FURIUS Camillus fut le premier de la maison des Fu

rius, qui acquit une grande réputation. Jeune, il se signala dans la fameuse bataille contre les Eques et les Volsques, où il n'étoit que simple cavalier. Ce fut lui qui commença la charge, en poussant son cheval entre les deux armées ; quoiqu'il eût reçu un coup de javeline à la cuisse, il ne se retira point, il arracha lui-même le fer de sa plaie, et il attaqua avec tant d'impétuosité les plus vaillans qu'il les mit en fuite. Cette action lui fit donner la charge de censeur, qui étoit alors très-considérable.

Dans cette charge, il fit deux choses remarquables: il obligea par ses remontrances et par des amendes ceux qui n'étoient pas mariés à épouser les veuves, qui étoient en fort grand nombre; et il imposa les orphelins, qui, jusqu'alors, avoient été exempts de toutes contributions.
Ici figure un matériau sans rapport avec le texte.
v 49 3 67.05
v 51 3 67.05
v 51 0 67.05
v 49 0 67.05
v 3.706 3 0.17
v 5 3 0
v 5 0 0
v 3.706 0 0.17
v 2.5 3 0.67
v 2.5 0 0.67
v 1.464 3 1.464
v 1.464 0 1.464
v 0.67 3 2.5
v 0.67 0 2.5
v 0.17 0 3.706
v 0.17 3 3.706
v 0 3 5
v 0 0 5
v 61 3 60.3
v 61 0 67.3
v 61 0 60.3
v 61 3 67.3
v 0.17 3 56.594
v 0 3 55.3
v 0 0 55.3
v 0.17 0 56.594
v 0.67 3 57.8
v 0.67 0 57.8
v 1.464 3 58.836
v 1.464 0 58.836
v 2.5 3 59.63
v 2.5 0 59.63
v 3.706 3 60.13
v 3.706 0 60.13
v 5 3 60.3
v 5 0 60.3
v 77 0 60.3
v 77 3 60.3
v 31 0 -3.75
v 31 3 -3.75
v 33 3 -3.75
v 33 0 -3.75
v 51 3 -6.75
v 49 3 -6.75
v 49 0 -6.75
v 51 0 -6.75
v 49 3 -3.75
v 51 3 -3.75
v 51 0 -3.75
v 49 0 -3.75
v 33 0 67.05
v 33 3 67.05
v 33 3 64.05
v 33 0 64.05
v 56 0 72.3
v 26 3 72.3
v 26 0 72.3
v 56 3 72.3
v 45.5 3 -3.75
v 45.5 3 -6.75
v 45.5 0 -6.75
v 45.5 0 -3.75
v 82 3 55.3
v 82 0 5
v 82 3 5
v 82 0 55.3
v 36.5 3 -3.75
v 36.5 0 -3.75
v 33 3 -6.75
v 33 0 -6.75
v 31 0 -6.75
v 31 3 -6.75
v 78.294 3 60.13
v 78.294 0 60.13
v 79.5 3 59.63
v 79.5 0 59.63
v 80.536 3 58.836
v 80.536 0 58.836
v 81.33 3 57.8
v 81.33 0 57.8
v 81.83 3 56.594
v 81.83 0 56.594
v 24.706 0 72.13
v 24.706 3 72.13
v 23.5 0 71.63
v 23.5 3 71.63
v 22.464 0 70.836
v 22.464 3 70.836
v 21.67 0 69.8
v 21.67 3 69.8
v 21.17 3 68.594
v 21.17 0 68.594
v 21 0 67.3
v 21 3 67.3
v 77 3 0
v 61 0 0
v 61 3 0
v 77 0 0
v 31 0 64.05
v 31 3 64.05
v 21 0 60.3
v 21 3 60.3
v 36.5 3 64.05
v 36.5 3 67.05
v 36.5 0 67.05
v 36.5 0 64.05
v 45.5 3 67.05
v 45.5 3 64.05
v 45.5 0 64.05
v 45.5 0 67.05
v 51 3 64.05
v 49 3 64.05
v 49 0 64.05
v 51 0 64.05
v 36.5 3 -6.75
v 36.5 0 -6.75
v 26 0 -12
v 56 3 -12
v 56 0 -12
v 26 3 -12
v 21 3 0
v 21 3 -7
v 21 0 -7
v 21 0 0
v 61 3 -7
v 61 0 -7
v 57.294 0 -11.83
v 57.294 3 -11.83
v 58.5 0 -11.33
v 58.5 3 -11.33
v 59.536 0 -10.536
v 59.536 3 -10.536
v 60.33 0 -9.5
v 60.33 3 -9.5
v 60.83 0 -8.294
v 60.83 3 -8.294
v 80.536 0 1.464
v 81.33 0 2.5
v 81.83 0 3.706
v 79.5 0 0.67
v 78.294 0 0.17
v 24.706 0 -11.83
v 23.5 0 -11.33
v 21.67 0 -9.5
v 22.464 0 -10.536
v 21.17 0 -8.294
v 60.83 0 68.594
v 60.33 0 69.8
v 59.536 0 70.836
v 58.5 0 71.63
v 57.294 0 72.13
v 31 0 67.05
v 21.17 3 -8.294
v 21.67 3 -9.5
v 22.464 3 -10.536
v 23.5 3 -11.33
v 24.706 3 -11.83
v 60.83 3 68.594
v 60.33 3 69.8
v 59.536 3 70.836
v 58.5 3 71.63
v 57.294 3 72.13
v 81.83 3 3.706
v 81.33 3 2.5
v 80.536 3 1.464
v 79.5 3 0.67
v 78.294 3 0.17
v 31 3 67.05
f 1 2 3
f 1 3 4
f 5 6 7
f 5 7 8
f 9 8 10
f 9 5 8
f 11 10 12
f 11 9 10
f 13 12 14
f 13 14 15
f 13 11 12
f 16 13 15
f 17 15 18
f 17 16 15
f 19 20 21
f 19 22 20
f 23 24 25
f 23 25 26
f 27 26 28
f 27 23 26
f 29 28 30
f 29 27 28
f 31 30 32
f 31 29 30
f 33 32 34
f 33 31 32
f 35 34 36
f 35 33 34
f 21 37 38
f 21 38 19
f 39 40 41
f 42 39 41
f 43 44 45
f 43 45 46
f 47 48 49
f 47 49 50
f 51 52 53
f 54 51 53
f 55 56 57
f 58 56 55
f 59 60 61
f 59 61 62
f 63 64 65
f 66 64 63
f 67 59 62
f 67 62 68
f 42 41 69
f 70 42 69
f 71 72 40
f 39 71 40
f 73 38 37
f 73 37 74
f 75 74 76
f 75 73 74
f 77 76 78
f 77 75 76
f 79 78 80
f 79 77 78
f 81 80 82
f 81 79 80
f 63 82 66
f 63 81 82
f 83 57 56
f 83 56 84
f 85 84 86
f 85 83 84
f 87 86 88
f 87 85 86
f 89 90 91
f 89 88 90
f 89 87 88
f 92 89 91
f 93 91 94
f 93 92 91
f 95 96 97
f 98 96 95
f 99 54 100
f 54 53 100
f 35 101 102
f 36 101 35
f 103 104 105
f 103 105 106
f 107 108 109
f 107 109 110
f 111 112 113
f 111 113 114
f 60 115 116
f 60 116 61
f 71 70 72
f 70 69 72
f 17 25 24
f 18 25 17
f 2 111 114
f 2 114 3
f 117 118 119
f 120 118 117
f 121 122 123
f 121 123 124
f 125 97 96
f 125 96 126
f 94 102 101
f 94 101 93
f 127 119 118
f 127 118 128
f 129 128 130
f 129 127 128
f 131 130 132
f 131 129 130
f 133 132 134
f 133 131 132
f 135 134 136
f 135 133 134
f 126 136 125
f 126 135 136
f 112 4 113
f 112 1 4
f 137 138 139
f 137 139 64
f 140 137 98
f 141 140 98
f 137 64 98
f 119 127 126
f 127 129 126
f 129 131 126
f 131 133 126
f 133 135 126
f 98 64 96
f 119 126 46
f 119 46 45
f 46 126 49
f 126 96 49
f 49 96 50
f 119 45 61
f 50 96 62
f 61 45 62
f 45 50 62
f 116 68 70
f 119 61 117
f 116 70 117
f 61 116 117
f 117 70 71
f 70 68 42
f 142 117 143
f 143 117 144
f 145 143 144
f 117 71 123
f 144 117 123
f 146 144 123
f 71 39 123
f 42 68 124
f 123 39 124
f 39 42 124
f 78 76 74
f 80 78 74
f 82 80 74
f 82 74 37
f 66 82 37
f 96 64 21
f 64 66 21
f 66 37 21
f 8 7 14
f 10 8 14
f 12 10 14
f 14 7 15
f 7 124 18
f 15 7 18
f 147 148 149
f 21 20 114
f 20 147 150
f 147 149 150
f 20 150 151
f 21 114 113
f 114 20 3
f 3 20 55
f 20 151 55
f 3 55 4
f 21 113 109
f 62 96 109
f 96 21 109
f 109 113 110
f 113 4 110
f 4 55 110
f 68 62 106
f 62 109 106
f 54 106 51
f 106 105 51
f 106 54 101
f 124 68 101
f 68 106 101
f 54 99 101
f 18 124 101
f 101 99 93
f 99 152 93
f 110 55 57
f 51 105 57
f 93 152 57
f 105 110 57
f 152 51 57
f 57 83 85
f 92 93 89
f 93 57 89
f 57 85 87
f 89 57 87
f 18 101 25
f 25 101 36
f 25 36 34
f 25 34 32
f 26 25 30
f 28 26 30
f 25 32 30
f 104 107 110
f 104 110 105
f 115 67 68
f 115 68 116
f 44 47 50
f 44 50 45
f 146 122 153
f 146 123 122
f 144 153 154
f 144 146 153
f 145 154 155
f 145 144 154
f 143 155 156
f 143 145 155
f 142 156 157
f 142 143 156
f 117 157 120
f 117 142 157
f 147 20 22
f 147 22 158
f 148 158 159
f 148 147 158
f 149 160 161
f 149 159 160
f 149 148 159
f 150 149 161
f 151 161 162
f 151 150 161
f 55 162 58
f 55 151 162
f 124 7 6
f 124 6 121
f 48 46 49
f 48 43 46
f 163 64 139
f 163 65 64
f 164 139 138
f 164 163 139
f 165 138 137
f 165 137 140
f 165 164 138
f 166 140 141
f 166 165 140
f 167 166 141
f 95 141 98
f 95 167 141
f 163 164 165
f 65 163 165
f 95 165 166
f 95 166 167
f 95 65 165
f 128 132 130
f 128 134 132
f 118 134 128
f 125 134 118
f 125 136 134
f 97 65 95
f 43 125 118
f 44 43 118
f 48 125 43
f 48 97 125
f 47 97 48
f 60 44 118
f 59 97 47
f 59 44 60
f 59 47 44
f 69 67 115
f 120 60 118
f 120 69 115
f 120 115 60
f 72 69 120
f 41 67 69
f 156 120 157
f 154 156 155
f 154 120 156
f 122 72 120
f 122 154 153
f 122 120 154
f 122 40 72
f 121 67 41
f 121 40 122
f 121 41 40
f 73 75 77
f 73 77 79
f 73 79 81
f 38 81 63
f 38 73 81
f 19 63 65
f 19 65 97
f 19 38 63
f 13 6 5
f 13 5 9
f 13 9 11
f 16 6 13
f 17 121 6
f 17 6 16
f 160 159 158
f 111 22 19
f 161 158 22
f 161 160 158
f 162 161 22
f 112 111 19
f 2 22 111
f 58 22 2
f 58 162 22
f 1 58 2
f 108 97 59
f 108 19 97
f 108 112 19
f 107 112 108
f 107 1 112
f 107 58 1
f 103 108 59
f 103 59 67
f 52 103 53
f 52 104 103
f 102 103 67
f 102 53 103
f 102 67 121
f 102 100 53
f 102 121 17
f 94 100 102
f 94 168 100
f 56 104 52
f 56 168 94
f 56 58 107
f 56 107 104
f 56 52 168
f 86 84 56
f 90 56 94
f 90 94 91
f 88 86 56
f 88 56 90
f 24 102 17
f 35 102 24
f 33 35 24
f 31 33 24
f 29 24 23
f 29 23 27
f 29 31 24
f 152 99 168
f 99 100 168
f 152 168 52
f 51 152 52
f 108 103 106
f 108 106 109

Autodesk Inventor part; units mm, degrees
ref_plane "YZ Plane" through (0, 0, 0) normal (1, 0, 0) x (0, 1, 0)
ref_plane "XZ Plane" through (0, 0, 0) normal (0, 1, 0) x (-1, 0, 0)
sketch "Sketch1" plane through (0, 0, 0) normal (0, 1, 0) x (-1, 0, 0)
  line L0 (0, 0) -> (-82, 0)
  line L1 (-82, 0) -> (-82, 60.3)
  line L2 (-82, 60.3) -> (0, 60.3)
  line L3 (0, 60.3) -> (0, 0)
  dimension "d0" = 82
  dimension "d1" = 60.3
extrude "Extrusion1" add sketch "Sketch1" along normal blind 3
sketch "Sketch3" plane through (0, 3, 0) normal (0, 1, 0) x (1, 0, 0)
  line L0 (82, -60.3) -> (82, 0) projected
  line L1 (82, 0) -> (0, 0) projected
  line L2 (21, 0) -> (61, 0)
  line L3 (61, 0) -> (61, 12)
  line L4 (61, 12) -> (21, 12)
  line L5 (21, 12) -> (21, 0)
  dimension "d22" = 82
  dimension "d23" = 12
  dimension "d24" = 21
  dimension "d25" = 40
extrude "Extrusion3" add sketch "Sketch3" against normal blind 3
sketch "Sketch4" plane through (0, 3, 0) normal (0, 1, 0) x (1, 0, 0)
  line L0 (82, 0) -> (61, 0) projected
  line L1 (61, 0) -> (61, 12) projected
  line L2 (36.5, 6.75) -> (45.5, 6.75)
  line L3 (45.5, 6.75) -> (45.5, 3.75)
  line L4 (45.5, 3.75) -> (36.5, 3.75)
  line L5 (36.5, 3.75) -> (36.5, 6.75)
  line L6 (38, 6.75) -> (43, 6.75)
  line L7 (49, 6.75) -> (51, 6.75)
  line L8 (51, 6.75) -> (51, 3.75)
  line L9 (51, 3.75) -> (49, 3.75)
  line L10 (49, 3.75) -> (49, 6.75)
  line L11 (41, 6.75) -> (41, 3.75) construction
  line L12 (33, 6.75) -> (31, 6.75)
  line L13 (31, 6.75) -> (31, 3.75)
  line L14 (31, 3.75) -> (33, 3.75)
  line L15 (33, 3.75) -> (33, 6.75)
  point P0 (21, 12)
  dimension "d28" = 9
  dimension "d29" = 3
  dimension "d30" = 3.75
  dimension "d31" = 40
  dimension "d32" = 15.5
  dimension "d42" = 2
  dimension "d43" = 3
  dimension "d44" = 3.5
extrude "Extrusion4" cut sketch "Sketch4" against normal blind 3
fillet "Fillet1" radius 5 6 edges at (0, 1.5, 60.3) (82, 1.5, 60.3) (82, 1.5, 0) (61, 1.5, -12) (21, 1.5, -12) (0, 1.5, 0)
ref_plane "Work Plane1" through (5, 0, 30.15) normal (0, 0, 1) x (1, 0, 0)
mirror "Mirror1" about plane through (5, 0, 30.15) normal (0, 0, 1) of "Extrusion3", "Extrusion4"
mirror "Mirror2" about plane through (5, 0, 30.15) normal (0, 0, 1) of "Fillet1"
equation "\"d24\" = -0.5 * d25 + 0.5 * d22"
equation "\"d32\" = -0.5 * d28 + 0.5 * d31"
properties part number "base protopress" material "Glass"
Dans la dixième année du siége de Veïes, le sénat ayant déposé tous les autres magistrats, créa dictateur Furius Camillus, qui nomma pour général de la cavalerie, Cornélius Scipion, et promit que, s'ils donnoient une heureuse fin à cette guerre, il célébreroit les grands jeux, et rebâtiroit le temple de la déesse, que les Romains appellent la mère Matuta, et qui est la même que Leucothoé.